Sobre la guerra
Hace setenta años la crisis desatada por la brutal anexión de Crimea por Rusia nos habría llevado a una guerra general
Hasta hace setenta años, que no es mucho tiempo, la crisis desatada por la brutal, aunque incruenta, anexión de Crimea por la Rusia de Vladímir Putin nos habría llevado a una guerra general. Y es paradójico que el factor más señalado para que no haya sido así es la existencia de las armas nucleares. Las guerras generales, las que pueden involucrar a las grandes potencias enfrentadas entre sí, ya no pueden tener lugar, porque su desencadenamiento significaría el exterminio de la mayor parte de la población de los países beligerantes. No es pensable una guerra abierta entre Estados Unidos y Rusia.
La guerra entre Estados solo puede producirse cuando se dé la circunstancia de que sus efectos, por muy devastadores que nos parezcan, sean limitados. Y en términos geoestratégicos, el que Siria padezca una confrontación salvaje o que Sudán siga envuelto en una matanza de raíces religiosas no significa demasiado para el mundo.
Las guerras generales ya no pueden tener lugar porque se exterminaría a gran parte de la población
Porque aún no se ha descubierto el antídoto para cierto tipo de guerras. Para las civiles, desde luego. Y esa es la clase de guerra que azota a los países árabes. La confrontación entre chiíes y suníes es transfronteriza y casi universal. Solo la existencia de regímenes autoritarios de corte militar pudo mantenerla larvada durante años, como en Irak y Siria. Un modelo muy similar al que funcionó durante décadas en la Yugoslavia de Tito. Pero son modelos que revientan cuando desaparece la eficacia coactiva de un cierto tipo de liderazgo político.
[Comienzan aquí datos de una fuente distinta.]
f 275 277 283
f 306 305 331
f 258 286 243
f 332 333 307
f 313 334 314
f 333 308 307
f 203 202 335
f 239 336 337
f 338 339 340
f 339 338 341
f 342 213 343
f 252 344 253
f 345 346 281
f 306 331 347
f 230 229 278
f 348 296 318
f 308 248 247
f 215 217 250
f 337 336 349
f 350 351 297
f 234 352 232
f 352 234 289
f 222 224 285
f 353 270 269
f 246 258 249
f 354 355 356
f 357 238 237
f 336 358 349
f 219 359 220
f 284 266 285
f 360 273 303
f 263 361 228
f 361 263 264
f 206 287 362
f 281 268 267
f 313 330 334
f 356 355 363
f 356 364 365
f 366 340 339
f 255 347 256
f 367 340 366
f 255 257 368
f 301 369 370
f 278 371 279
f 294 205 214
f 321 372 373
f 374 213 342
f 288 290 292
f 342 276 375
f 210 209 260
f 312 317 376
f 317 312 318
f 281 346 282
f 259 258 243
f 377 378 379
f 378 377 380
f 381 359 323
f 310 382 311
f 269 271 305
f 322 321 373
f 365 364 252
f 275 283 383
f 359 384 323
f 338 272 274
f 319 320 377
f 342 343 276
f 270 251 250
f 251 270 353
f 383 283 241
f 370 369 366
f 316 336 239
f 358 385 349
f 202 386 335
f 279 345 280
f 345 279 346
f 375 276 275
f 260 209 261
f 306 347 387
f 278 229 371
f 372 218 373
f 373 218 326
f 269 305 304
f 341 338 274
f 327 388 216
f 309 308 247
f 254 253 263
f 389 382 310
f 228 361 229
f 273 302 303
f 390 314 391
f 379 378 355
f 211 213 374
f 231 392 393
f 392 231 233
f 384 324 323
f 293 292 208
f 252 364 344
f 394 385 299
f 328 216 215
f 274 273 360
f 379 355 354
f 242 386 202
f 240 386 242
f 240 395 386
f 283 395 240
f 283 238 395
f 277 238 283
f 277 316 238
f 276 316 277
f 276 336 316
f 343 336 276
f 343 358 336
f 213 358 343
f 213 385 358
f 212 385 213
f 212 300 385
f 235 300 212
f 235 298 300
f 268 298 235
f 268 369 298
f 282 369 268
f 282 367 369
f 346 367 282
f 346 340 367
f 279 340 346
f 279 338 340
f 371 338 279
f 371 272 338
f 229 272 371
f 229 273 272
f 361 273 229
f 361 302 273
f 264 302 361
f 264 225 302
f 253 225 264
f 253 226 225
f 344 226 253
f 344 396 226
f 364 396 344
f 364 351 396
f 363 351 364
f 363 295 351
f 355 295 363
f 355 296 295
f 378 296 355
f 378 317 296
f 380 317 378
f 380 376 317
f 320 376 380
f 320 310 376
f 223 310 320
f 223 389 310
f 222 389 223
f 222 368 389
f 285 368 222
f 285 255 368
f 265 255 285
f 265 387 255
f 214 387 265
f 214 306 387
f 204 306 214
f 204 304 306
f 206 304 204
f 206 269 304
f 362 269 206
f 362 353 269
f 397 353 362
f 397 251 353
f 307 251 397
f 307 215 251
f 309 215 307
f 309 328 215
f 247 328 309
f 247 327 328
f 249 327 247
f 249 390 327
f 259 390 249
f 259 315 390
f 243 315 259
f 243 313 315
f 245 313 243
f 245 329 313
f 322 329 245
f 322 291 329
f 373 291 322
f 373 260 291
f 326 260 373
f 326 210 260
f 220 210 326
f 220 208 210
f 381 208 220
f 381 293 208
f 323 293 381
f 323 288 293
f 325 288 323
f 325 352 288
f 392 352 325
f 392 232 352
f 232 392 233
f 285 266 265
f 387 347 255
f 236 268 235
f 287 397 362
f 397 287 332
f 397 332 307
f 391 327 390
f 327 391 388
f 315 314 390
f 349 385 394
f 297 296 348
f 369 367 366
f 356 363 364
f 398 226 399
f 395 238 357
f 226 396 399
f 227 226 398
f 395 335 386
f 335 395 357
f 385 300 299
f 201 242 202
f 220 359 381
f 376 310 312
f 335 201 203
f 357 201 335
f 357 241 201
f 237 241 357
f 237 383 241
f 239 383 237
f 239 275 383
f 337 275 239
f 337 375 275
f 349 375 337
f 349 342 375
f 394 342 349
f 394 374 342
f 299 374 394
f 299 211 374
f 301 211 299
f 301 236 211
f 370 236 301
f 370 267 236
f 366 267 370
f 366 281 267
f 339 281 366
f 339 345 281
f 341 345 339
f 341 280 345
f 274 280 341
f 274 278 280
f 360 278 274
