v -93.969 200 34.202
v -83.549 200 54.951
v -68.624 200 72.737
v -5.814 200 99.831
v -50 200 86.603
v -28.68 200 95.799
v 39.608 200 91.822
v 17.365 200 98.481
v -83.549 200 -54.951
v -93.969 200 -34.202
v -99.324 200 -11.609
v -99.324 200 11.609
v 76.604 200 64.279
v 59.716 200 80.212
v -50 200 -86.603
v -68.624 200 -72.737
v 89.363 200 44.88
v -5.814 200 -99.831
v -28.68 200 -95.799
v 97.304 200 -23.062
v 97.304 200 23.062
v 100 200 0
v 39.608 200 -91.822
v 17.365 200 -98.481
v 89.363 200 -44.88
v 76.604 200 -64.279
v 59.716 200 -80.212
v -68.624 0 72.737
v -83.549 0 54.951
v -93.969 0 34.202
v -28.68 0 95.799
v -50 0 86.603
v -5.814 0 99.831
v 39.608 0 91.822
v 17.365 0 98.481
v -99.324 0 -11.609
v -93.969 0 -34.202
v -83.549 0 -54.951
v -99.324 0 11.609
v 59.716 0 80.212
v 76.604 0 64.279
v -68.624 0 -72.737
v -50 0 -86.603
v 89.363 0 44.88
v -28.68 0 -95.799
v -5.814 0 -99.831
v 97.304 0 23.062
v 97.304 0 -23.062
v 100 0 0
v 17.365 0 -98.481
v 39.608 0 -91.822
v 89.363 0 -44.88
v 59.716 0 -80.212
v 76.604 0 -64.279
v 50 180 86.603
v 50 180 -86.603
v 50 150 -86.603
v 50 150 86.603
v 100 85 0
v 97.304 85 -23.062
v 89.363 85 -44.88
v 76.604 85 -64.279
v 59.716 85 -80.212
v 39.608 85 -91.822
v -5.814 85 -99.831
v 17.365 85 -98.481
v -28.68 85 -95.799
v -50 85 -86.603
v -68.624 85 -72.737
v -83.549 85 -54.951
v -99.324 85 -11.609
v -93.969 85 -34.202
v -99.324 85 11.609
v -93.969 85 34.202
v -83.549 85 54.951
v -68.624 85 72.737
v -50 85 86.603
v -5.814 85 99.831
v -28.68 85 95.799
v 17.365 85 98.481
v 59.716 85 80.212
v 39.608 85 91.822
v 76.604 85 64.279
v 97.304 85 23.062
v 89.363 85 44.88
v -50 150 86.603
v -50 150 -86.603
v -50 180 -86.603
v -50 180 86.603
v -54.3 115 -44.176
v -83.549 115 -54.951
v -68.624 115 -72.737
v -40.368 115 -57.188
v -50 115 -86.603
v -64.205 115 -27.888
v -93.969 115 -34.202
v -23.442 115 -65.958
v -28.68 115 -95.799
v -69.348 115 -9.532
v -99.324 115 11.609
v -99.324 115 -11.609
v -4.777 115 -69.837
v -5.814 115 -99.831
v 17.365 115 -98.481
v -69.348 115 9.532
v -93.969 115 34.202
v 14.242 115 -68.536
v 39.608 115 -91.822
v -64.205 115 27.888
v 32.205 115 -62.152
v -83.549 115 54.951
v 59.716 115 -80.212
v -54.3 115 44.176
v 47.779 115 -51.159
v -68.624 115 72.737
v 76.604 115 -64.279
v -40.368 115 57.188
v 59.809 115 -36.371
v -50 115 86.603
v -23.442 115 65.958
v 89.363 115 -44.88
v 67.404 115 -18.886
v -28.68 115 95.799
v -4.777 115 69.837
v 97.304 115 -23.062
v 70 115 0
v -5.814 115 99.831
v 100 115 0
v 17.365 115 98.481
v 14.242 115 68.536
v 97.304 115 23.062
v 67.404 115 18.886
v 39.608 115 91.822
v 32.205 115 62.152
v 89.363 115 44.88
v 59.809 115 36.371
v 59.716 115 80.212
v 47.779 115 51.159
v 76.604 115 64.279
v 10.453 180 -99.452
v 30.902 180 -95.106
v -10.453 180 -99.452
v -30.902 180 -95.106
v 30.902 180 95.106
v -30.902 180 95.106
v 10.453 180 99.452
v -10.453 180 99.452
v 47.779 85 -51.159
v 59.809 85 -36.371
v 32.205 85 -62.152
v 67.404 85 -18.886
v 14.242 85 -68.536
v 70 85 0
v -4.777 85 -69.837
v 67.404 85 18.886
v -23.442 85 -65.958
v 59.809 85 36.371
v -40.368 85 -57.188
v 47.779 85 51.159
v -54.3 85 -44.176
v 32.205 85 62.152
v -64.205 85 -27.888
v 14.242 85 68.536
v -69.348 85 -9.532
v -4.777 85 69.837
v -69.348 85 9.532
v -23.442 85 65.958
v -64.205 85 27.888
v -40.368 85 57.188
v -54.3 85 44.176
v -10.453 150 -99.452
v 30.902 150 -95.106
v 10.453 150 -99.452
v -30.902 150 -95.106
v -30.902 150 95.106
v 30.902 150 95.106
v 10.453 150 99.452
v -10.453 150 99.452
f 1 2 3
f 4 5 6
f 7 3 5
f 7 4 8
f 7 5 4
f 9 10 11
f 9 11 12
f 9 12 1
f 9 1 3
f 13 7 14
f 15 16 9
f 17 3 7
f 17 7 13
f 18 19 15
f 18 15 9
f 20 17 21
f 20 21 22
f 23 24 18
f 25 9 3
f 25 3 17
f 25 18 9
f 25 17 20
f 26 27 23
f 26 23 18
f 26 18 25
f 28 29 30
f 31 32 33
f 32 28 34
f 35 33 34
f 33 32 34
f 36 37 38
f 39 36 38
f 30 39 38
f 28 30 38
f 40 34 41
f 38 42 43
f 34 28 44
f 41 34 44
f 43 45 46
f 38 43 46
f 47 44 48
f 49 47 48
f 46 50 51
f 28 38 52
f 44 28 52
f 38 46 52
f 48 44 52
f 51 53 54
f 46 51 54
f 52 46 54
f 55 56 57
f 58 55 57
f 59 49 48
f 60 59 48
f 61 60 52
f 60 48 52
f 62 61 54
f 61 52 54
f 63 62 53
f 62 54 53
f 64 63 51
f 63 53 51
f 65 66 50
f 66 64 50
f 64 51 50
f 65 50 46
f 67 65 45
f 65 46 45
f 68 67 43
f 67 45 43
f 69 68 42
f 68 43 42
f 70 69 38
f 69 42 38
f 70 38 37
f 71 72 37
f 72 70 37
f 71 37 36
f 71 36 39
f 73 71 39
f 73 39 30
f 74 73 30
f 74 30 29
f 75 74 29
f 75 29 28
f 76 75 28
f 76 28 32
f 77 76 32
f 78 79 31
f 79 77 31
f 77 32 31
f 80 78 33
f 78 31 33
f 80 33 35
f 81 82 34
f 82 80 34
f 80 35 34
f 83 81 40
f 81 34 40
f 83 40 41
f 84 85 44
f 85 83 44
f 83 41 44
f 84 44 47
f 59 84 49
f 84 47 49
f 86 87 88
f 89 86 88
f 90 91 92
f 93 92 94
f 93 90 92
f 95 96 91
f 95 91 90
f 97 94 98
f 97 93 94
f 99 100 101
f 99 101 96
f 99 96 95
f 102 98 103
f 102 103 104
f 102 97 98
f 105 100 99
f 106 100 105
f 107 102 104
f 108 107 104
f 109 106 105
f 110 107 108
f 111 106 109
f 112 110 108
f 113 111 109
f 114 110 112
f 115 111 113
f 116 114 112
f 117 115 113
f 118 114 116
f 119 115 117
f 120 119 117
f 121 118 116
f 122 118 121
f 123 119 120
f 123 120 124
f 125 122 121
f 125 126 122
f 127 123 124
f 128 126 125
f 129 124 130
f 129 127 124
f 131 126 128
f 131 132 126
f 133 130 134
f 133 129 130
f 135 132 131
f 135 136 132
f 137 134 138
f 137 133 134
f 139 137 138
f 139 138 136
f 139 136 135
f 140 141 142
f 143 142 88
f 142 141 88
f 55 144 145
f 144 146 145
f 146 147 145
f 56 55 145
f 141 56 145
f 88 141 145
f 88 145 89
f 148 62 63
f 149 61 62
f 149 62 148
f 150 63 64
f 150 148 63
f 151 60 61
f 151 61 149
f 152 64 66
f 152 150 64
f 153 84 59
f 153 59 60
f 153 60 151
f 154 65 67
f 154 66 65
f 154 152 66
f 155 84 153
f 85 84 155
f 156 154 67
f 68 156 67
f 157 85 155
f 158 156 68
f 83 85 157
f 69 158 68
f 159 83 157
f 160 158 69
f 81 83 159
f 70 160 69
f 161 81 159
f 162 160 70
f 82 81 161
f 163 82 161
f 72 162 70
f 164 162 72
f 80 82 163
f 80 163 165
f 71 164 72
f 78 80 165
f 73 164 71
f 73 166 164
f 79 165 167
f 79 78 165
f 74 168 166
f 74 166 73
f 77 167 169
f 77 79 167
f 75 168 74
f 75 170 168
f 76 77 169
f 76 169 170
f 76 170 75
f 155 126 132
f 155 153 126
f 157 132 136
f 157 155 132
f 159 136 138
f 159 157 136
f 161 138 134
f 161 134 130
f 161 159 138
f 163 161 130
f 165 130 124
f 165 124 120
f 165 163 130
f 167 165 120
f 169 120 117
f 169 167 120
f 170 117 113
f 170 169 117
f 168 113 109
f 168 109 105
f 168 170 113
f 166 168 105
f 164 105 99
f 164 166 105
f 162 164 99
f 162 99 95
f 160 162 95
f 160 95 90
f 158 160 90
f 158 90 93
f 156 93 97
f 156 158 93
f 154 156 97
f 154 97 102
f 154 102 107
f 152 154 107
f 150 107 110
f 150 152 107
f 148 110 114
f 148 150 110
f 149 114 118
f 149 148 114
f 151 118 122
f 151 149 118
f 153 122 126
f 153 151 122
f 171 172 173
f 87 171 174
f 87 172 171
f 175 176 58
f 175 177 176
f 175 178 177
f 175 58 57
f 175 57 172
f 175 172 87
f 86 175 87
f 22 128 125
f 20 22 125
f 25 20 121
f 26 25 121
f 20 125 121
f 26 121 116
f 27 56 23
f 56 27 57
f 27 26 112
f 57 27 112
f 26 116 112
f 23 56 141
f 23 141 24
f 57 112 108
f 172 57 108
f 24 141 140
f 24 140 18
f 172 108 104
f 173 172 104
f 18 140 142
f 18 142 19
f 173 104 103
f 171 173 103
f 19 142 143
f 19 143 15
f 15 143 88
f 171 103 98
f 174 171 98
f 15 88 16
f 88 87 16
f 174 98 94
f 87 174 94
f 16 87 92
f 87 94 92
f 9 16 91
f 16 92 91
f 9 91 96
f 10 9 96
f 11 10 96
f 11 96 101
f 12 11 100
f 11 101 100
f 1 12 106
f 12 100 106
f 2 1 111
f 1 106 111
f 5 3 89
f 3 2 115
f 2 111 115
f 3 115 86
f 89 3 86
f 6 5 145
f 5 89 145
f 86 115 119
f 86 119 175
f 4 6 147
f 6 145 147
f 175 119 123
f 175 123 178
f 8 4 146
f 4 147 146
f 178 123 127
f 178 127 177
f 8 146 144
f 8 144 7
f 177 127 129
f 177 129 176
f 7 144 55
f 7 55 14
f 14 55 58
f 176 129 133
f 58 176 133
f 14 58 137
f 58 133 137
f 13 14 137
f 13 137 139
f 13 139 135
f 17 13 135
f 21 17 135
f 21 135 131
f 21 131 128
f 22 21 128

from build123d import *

# Parameters (mm, degrees)
SKETCH2_R               = 100
BOSS_EXTRUDE1_DEPTH     = 200
CUT_EXTRUDE1_DEPTH      = 200
CUT_EXTRUDE1_DEPTH_BACK = 200


with BuildPart() as part:
    # Sketch2 → Boss-Extrude1 (new body)
    with BuildSketch(Plane(origin=(0, 0, 0), x_dir=(1, 0, 0), z_dir=(0, 1, 0))):
        Circle(SKETCH2_R)
    extrude(amount=BOSS_EXTRUDE1_DEPTH)

    # Sketch3 → Cut-Revolve3 (revolve, cut)
    with BuildSketch(Plane.XY):
        Polygon((100, 85), (100, 100), (100, 115), (70, 115), (70, 85), align=None)
    revolve(axis=Axis((0, 235.170477907, 0), (0, -1, 0)), mode=Mode.SUBTRACT)

    # Sketch4 → Cut-Extrude1 (cut, two sides: drawn at the far end of the back side and taken through both)
    with BuildSketch(Plane.XY.offset(-CUT_EXTRUDE1_DEPTH_BACK)):
        Polygon((0, 180), (50, 180), (50, 150), (-50, 150), (-50, 180), align=None)
    extrude(amount=CUT_EXTRUDE1_DEPTH + CUT_EXTRUDE1_DEPTH_BACK, mode=Mode.SUBTRACT)


solid = part.part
Emparentada con la guerra civil que está destrozando los países árabes está la guerra universal del yihadismo contra Occidente. Una guerra que también parece larvada, pero estalla de forma episódica cada cierto tiempo. Es la guerra santa islámica contra los países democráticos. El 11-S, el 11-M fueron batallas de esa guerra, decidida no por Estados, sino por unas organizaciones fanáticas, de carácter religioso, bien financiadas por el tráfico de drogas o por productores de petróleo. Si recorremos el mapa del mundo podemos observar cómo los escenarios más crueles de confrontaciones armadas tienen su maldita base en una religión anacrónica que desprecia la vida de las personas y la libertad.
La imposible guerra entre las grandes potencias y la guerra real (en la que estamos inmersos todos) de la yihad han roto los esquemas que el prusiano Karl von Clausewitz teorizó como la continuación de la política por otros medios. El pensamiento de Clausewitz (no solo el expresado en su desgastado aforismo) se rompió en la práctica por la existencia de las bombas atómicas. Pero también, y eso es lo más importante, por la evolución de las sociedades occidentales. La implantación de sistemas democráticos, la rebaja de las pasiones nacionalistas, hizo que el concepto napoleónico de la guerra total, afirmada en la voluntad nacional, cayera en desuso. Hoy en Europa no solo se teme a las bombas nucleares. La guerra ha pasado a ser considerada en la práctica no la continuación, sino el fracaso de la política. La guerra total es casi imposible.
Pero estamos inmersos en una guerra indefinida con el yihadismo.